PROBLEM TO SOLVE:
Keeping every character as it is, transcribe the entries below.

RECORDED INFORMATION:

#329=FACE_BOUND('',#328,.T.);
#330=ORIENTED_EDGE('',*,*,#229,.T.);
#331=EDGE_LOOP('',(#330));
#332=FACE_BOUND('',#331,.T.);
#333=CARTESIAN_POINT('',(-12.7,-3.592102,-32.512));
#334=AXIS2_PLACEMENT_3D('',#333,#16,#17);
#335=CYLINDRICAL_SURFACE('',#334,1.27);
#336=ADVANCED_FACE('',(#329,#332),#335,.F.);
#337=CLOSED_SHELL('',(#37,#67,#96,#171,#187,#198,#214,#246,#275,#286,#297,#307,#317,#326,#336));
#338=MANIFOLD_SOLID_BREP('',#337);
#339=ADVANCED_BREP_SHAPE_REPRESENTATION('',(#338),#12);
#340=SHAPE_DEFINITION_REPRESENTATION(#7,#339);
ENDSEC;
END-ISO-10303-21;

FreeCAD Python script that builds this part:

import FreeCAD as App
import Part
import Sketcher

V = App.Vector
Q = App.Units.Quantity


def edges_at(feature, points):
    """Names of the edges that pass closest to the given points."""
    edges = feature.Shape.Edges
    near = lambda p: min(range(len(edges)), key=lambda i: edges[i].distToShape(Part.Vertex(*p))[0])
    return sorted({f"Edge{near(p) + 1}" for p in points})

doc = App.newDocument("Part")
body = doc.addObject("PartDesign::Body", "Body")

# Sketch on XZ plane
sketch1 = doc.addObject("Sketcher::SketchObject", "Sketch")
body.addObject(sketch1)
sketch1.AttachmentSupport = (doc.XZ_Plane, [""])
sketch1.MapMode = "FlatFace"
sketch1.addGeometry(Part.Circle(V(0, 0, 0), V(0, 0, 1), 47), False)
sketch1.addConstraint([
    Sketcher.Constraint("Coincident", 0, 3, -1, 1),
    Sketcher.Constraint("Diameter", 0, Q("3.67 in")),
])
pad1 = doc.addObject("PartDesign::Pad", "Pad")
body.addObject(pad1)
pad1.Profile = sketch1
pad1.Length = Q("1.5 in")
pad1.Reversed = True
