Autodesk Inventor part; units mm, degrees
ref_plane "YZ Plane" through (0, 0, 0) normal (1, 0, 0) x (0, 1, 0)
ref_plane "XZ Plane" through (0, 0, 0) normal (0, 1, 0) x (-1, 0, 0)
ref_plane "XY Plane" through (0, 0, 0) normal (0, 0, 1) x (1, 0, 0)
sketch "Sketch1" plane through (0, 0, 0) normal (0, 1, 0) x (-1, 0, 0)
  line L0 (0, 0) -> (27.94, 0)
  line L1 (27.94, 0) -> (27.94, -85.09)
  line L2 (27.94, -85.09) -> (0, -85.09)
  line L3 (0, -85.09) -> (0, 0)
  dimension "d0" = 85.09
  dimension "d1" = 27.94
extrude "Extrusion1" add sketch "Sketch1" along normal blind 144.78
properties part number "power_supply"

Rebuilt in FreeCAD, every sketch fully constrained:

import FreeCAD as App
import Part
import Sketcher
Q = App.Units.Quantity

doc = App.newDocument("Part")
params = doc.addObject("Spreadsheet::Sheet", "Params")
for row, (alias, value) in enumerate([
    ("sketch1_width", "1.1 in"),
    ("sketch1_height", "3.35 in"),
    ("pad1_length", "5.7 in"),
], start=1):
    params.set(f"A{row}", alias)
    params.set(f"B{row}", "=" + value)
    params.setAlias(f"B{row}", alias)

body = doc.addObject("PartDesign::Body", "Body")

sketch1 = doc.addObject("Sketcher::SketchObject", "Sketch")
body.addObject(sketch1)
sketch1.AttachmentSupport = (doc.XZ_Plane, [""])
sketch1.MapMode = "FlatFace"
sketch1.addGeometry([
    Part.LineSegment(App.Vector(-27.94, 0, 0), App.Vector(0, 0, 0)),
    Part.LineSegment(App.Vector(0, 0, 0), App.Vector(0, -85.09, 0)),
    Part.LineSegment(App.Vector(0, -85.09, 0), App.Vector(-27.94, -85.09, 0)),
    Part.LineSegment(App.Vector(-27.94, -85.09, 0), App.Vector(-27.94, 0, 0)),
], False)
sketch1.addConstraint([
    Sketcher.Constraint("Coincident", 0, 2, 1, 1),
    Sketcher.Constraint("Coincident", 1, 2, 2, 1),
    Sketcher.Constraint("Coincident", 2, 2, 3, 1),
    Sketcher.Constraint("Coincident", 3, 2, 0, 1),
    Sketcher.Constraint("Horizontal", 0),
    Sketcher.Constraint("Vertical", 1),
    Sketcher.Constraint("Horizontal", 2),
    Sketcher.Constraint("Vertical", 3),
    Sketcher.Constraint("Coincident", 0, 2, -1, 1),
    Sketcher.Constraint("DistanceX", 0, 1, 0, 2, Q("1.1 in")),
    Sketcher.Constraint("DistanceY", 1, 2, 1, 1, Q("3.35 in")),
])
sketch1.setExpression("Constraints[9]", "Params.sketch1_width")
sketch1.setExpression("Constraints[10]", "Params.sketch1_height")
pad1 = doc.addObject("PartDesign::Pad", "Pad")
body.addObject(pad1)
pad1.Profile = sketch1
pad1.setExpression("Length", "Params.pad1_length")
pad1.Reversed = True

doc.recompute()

EXERCISE RESULT:
#329=FACE_BOUND('',#328,.T.);
#330=ORIENTED_EDGE('',*,*,#229,.T.);
#331=EDGE_LOOP('',(#330));
#332=FACE_BOUND('',#331,.T.);
#333=CARTESIAN_POINT('',(-12.7,-3.592102,-32.512));
#334=AXIS2_PLACEMENT_3D('',#333,#16,#17);
#335=CYLINDRICAL_SURFACE('',#334,1.27);
#336=ADVANCED_FACE('',(#329,#332),#335,.F.);
#337=CLOSED_SHELL('',(#37,#67,#96,#171,#187,#198,#214,#246,#275,#286,#297,#307,#317,#326,#336));
#338=MANIFOLD_SOLID_BREP('',#337);
#339=ADVANCED_BREP_SHAPE_REPRESENTATION('',(#338),#12);
#340=SHAPE_DEFINITION_REPRESENTATION(#7,#339);
ENDSEC;
END-ISO-10303-21;

FreeCAD Python script that builds this part:

import FreeCAD as App
import Part
import Sketcher

V = App.Vector
Q = App.Units.Quantity


def edges_at(feature, points):
    """Names of the edges that pass closest to the given points."""
    edges = feature.Shape.Edges
    near = lambda p: min(range(len(edges)), key=lambda i: edges[i].distToShape(Part.Vertex(*p))[0])
    return sorted({f"Edge{near(p) + 1}" for p in points})

doc = App.newDocument("Part")
body = doc.addObject("PartDesign::Body", "Body")

# Sketch on XZ plane
sketch1 = doc.addObject("Sketcher::SketchObject", "Sketch")
body.addObject(sketch1)
sketch1.AttachmentSupport = (doc.XZ_Plane, [""])
sketch1.MapMode = "FlatFace"
sketch1.addGeometry(Part.Circle(V(0, 0, 0), V(0, 0, 1), 47), False)
sketch1.addConstraint([
    Sketcher.Constraint("Coincident", 0, 3, -1, 1),
    Sketcher.Constraint("Diameter", 0, Q("3.67 in")),
])
pad1 = doc.addObject("PartDesign::Pad", "Pad")
body.addObject(pad1)
pad1.Profile = sketch1
pad1.Length = Q("1.5 in")
pad1.Reversed = True
Autodesk Inventor part; units mm, degrees
ref_plane "YZ Plane" through (0, 0, 0) normal (1, 0, 0) x (0, 1, 0)
ref_plane "XZ Plane" through (0, 0, 0) normal (0, 1, 0) x (-1, 0, 0)
ref_plane "XY Plane" through (0, 0, 0) normal (0, 0, 1) x (1, 0, 0)
sketch "Sketch1" plane through (0, 0, 0) normal (0, 1, 0) x (-1, 0, 0)
  line L0 (0, 0) -> (27.94, 0)
  line L1 (27.94, 0) -> (27.94, -85.09)
  line L2 (27.94, -85.09) -> (0, -85.09)
  line L3 (0, -85.09) -> (0, 0)
  dimension "d0" = 85.09
  dimension "d1" = 27.94
extrude "Extrusion1" add sketch "Sketch1" along normal blind 144.78
properties part number "power_supply"

Rebuilt in FreeCAD, every sketch fully constrained:

import FreeCAD as App
import Part
import Sketcher
Q = App.Units.Quantity

doc = App.newDocument("Part")
params = doc.addObject("Spreadsheet::Sheet", "Params")
for row, (alias, value) in enumerate([
    ("sketch1_width", "1.1 in"),
    ("sketch1_height", "3.35 in"),
    ("pad1_length", "5.7 in"),
], start=1):
    params.set(f"A{row}", alias)
    params.set(f"B{row}", "=" + value)
    params.setAlias(f"B{row}", alias)

body = doc.addObject("PartDesign::Body", "Body")

sketch1 = doc.addObject("Sketcher::SketchObject", "Sketch")
body.addObject(sketch1)
sketch1.AttachmentSupport = (doc.XZ_Plane, [""])
sketch1.MapMode = "FlatFace"
sketch1.addGeometry([
    Part.LineSegment(App.Vector(-27.94, 0, 0), App.Vector(0, 0, 0)),
    Part.LineSegment(App.Vector(0, 0, 0), App.Vector(0, -85.09, 0)),
    Part.LineSegment(App.Vector(0, -85.09, 0), App.Vector(-27.94, -85.09, 0)),
    Part.LineSegment(App.Vector(-27.94, -85.09, 0), App.Vector(-27.94, 0, 0)),
], False)
sketch1.addConstraint([
    Sketcher.Constraint("Coincident", 0, 2, 1, 1),
    Sketcher.Constraint("Coincident", 1, 2, 2, 1),
    Sketcher.Constraint("Coincident", 2, 2, 3, 1),
    Sketcher.Constraint("Coincident", 3, 2, 0, 1),
    Sketcher.Constraint("Horizontal", 0),
    Sketcher.Constraint("Vertical", 1),
    Sketcher.Constraint("Horizontal", 2),
    Sketcher.Constraint("Vertical", 3),
    Sketcher.Constraint("Coincident", 0, 2, -1, 1),
    Sketcher.Constraint("DistanceX", 0, 1, 0, 2, Q("1.1 in")),
    Sketcher.Constraint("DistanceY", 1, 2, 1, 1, Q("3.35 in")),
])
sketch1.setExpression("Constraints[9]", "Params.sketch1_width")
sketch1.setExpression("Constraints[10]", "Params.sketch1_height")
pad1 = doc.addObject("PartDesign::Pad", "Pad")
body.addObject(pad1)
pad1.Profile = sketch1
pad1.setExpression("Length", "Params.pad1_length")
pad1.Reversed = True

doc.recompute()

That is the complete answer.